_Task brief_.
Transcribe exactly everything in the data below from the line containing "v 18.528 -15.063 -32" down to the line containing "v -11.234 -28.194 -25.5", both lines included and nothing further.

_Data listing_.
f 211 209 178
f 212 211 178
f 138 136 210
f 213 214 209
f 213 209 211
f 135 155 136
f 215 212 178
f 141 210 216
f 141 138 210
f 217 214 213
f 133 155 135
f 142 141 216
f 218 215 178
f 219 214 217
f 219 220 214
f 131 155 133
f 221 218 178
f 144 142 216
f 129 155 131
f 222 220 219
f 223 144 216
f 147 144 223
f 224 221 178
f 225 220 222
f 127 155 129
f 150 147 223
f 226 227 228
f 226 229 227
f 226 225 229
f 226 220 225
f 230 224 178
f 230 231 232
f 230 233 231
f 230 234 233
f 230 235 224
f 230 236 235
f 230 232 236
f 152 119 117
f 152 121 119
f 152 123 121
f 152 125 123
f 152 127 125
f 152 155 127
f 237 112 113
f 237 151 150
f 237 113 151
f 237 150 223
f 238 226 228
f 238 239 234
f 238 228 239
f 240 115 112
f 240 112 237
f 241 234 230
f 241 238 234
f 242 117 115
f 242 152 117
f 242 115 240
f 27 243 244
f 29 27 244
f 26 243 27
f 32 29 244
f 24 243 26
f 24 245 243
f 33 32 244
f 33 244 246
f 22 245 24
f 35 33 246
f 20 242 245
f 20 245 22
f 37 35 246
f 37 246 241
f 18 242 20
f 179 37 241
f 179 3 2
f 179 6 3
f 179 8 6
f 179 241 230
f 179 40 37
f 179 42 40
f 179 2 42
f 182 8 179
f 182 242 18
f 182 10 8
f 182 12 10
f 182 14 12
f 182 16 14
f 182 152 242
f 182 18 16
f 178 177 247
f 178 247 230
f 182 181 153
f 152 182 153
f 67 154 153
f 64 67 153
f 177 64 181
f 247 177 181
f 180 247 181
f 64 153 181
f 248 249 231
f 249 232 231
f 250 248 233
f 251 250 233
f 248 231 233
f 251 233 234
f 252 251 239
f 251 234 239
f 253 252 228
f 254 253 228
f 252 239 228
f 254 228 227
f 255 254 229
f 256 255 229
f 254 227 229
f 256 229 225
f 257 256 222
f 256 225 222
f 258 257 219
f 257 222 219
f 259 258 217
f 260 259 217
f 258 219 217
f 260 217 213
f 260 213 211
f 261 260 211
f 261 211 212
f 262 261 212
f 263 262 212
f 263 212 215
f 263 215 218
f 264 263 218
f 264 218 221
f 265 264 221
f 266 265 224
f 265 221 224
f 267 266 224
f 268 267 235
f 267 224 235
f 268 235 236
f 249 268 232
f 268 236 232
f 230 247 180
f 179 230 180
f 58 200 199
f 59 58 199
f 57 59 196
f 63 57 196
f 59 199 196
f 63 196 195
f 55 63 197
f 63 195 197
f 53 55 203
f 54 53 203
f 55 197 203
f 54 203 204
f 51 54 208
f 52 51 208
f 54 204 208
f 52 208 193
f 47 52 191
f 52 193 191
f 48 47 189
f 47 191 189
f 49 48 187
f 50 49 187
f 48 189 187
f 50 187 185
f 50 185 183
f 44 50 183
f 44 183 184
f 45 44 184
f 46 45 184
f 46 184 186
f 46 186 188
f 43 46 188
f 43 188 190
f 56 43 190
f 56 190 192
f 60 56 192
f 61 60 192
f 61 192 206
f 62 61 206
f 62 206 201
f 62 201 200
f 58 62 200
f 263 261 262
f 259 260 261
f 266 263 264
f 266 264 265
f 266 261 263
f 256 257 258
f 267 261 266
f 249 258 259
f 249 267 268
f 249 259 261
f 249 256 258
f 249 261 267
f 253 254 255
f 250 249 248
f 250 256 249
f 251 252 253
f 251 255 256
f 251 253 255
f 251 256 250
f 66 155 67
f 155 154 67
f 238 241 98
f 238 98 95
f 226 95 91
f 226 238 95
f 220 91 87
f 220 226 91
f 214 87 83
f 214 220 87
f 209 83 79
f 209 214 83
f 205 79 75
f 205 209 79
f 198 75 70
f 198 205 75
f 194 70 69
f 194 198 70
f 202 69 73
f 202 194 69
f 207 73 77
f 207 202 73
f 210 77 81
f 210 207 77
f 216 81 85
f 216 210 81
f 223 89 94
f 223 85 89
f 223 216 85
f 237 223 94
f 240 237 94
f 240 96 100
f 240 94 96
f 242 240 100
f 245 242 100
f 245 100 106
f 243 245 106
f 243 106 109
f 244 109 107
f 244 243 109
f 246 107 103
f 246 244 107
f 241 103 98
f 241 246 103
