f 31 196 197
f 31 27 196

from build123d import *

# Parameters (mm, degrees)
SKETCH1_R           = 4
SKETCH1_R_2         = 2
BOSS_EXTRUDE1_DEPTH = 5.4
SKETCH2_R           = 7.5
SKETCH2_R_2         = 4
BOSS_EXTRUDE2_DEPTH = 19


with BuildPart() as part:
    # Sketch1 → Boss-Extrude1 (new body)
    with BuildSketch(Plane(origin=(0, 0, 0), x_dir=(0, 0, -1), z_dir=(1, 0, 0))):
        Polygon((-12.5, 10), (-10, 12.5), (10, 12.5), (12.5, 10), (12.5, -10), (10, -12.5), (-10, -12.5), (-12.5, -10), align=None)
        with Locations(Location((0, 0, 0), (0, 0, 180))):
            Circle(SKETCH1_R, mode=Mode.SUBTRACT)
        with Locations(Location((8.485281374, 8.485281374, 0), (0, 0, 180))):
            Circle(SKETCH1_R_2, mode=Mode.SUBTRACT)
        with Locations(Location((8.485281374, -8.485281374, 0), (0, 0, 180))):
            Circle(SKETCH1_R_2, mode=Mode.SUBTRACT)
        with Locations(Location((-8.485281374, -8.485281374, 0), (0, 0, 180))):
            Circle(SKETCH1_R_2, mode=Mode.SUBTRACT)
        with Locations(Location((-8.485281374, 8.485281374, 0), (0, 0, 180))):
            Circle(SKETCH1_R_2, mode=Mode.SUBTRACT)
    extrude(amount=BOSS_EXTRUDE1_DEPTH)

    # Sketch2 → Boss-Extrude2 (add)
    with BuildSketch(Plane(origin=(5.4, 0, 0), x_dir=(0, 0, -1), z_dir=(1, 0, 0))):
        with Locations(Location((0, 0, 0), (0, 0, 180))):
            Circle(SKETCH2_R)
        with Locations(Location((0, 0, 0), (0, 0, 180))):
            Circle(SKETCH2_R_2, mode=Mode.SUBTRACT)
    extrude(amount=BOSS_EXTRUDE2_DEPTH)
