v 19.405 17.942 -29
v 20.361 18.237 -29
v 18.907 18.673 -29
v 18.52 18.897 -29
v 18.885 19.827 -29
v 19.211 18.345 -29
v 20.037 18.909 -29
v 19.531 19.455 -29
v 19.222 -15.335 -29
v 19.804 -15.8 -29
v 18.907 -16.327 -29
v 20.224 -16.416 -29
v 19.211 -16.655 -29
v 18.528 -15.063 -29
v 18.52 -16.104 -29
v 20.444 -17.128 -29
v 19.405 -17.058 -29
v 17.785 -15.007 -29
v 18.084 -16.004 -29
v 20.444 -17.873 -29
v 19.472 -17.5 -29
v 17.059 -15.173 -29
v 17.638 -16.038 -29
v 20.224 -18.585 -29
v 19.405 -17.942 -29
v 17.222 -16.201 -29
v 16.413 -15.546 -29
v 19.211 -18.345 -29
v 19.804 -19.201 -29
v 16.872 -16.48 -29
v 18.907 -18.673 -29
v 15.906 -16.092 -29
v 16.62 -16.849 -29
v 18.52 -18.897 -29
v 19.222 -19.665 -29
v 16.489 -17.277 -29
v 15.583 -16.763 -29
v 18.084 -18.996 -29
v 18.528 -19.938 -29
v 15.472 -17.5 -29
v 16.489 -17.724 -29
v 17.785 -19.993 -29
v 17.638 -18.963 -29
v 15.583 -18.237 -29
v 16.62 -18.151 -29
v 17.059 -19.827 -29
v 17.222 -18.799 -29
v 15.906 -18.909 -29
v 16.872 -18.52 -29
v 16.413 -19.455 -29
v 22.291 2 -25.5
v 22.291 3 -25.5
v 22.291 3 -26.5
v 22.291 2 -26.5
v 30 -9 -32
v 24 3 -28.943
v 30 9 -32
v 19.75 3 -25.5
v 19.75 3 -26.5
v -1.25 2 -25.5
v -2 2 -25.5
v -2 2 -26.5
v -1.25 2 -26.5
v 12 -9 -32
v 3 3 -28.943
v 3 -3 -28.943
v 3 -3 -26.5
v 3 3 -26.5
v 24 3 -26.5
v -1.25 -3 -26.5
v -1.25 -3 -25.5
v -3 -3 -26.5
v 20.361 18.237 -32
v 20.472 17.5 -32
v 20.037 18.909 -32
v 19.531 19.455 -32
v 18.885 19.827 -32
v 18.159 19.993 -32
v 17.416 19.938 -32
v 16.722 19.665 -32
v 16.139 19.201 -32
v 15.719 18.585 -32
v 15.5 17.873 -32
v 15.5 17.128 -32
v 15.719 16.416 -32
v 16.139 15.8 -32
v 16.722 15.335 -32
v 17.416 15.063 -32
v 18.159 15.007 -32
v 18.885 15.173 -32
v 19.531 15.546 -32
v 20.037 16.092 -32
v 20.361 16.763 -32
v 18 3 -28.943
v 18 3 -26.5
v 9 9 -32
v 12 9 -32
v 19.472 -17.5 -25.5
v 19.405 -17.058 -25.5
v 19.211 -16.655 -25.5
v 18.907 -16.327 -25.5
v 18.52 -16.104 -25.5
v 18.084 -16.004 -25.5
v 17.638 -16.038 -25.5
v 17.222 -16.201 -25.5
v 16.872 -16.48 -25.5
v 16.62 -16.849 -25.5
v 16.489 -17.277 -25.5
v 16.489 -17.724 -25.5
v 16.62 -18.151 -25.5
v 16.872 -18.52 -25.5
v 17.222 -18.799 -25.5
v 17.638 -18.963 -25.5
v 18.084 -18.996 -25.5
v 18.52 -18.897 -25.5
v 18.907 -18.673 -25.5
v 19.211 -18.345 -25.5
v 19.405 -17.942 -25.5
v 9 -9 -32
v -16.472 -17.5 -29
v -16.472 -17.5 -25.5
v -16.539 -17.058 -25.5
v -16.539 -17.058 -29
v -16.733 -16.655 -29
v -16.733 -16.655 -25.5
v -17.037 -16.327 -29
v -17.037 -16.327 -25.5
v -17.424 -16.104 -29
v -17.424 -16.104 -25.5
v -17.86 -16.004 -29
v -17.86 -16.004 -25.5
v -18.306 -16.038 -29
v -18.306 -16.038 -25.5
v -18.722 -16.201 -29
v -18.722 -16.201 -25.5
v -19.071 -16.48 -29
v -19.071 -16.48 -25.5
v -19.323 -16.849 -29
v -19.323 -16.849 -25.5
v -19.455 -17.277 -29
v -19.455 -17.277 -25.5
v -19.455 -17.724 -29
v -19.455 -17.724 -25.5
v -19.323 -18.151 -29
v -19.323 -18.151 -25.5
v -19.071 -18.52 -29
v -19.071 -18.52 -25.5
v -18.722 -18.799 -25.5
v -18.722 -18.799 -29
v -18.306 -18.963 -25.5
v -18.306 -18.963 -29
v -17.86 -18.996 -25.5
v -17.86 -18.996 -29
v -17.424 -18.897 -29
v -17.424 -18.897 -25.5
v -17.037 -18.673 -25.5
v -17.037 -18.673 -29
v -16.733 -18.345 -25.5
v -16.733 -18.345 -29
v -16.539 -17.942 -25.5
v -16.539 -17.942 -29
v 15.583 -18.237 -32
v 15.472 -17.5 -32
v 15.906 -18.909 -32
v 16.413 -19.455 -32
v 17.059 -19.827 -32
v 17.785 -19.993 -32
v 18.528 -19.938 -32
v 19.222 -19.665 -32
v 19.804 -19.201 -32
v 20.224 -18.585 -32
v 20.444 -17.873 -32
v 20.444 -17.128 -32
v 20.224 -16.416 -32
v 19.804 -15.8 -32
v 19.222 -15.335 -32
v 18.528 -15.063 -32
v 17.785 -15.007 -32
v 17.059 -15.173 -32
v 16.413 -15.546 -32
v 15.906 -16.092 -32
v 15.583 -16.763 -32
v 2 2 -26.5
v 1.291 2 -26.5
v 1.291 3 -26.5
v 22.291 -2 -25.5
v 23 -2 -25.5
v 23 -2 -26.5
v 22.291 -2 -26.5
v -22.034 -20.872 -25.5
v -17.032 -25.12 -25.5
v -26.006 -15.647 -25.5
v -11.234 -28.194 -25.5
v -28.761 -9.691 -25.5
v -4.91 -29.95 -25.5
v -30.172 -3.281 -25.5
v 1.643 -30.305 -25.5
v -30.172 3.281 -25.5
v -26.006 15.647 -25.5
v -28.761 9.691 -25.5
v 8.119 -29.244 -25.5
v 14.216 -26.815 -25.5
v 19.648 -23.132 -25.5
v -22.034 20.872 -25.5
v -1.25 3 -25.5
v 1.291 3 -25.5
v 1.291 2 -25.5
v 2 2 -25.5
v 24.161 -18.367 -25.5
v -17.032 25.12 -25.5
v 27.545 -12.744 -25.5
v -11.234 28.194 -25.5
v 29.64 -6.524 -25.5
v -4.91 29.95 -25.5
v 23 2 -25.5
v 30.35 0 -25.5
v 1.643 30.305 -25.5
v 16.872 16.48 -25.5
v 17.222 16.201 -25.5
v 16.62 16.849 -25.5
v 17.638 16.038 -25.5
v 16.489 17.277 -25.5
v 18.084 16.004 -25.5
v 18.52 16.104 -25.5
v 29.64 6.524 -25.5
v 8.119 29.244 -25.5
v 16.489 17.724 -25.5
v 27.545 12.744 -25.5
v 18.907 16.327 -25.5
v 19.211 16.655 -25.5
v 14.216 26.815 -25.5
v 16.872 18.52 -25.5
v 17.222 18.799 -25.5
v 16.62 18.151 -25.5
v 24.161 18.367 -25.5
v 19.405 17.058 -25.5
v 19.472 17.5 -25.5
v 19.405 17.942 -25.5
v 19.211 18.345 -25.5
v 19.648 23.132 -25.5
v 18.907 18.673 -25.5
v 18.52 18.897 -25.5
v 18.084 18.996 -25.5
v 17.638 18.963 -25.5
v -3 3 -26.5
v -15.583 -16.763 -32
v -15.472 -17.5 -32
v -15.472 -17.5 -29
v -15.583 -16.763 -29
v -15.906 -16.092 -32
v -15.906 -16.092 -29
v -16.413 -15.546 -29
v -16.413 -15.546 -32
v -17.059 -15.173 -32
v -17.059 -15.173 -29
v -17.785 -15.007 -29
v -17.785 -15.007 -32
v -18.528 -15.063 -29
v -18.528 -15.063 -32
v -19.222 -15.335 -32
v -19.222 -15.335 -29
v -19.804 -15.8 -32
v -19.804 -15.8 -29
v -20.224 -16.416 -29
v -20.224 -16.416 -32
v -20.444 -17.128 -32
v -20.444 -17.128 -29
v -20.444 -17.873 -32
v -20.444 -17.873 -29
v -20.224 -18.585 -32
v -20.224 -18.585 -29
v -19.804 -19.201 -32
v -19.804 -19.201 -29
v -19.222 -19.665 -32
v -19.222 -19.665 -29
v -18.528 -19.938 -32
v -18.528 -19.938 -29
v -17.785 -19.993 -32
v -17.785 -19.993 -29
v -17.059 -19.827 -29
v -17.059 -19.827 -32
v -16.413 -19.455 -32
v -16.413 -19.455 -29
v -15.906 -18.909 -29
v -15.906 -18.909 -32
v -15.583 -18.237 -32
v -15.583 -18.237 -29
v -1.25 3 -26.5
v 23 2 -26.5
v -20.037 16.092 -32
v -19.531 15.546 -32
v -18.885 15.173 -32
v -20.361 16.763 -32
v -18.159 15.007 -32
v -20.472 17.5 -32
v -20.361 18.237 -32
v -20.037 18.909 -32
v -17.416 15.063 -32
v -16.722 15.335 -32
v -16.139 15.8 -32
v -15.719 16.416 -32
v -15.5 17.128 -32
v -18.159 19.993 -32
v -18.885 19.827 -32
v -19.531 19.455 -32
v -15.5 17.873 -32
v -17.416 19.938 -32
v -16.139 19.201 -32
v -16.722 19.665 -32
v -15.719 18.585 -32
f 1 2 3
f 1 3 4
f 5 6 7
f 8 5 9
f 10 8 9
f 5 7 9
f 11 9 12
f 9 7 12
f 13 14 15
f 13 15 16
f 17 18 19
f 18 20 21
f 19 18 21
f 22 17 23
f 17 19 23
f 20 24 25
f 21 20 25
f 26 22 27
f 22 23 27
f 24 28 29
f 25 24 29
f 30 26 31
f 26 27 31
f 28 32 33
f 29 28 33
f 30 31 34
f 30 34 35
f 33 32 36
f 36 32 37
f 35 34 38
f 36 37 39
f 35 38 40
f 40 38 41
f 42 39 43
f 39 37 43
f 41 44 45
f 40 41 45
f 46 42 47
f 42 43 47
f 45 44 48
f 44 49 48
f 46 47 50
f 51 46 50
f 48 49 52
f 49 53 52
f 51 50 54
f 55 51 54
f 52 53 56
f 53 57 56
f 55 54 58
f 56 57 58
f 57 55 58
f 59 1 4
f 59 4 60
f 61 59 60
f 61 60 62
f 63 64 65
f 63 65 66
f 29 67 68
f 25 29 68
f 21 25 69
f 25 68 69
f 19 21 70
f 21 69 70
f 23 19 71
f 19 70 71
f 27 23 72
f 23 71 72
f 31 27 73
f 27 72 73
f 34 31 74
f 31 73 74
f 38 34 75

_Answer space_.
v 18.528 -15.063 -32
v 17.785 -15.007 -32
v 17.059 -15.173 -32
v 16.413 -15.546 -32
v 15.906 -16.092 -32
v 15.583 -16.763 -32
v 2 2 -26.5
v 1.291 2 -26.5
v 1.291 3 -26.5
v 22.291 -2 -25.5
v 23 -2 -25.5
v 23 -2 -26.5
v 22.291 -2 -26.5
v -22.034 -20.872 -25.5
v -17.032 -25.12 -25.5
v -26.006 -15.647 -25.5
v -11.234 -28.194 -25.5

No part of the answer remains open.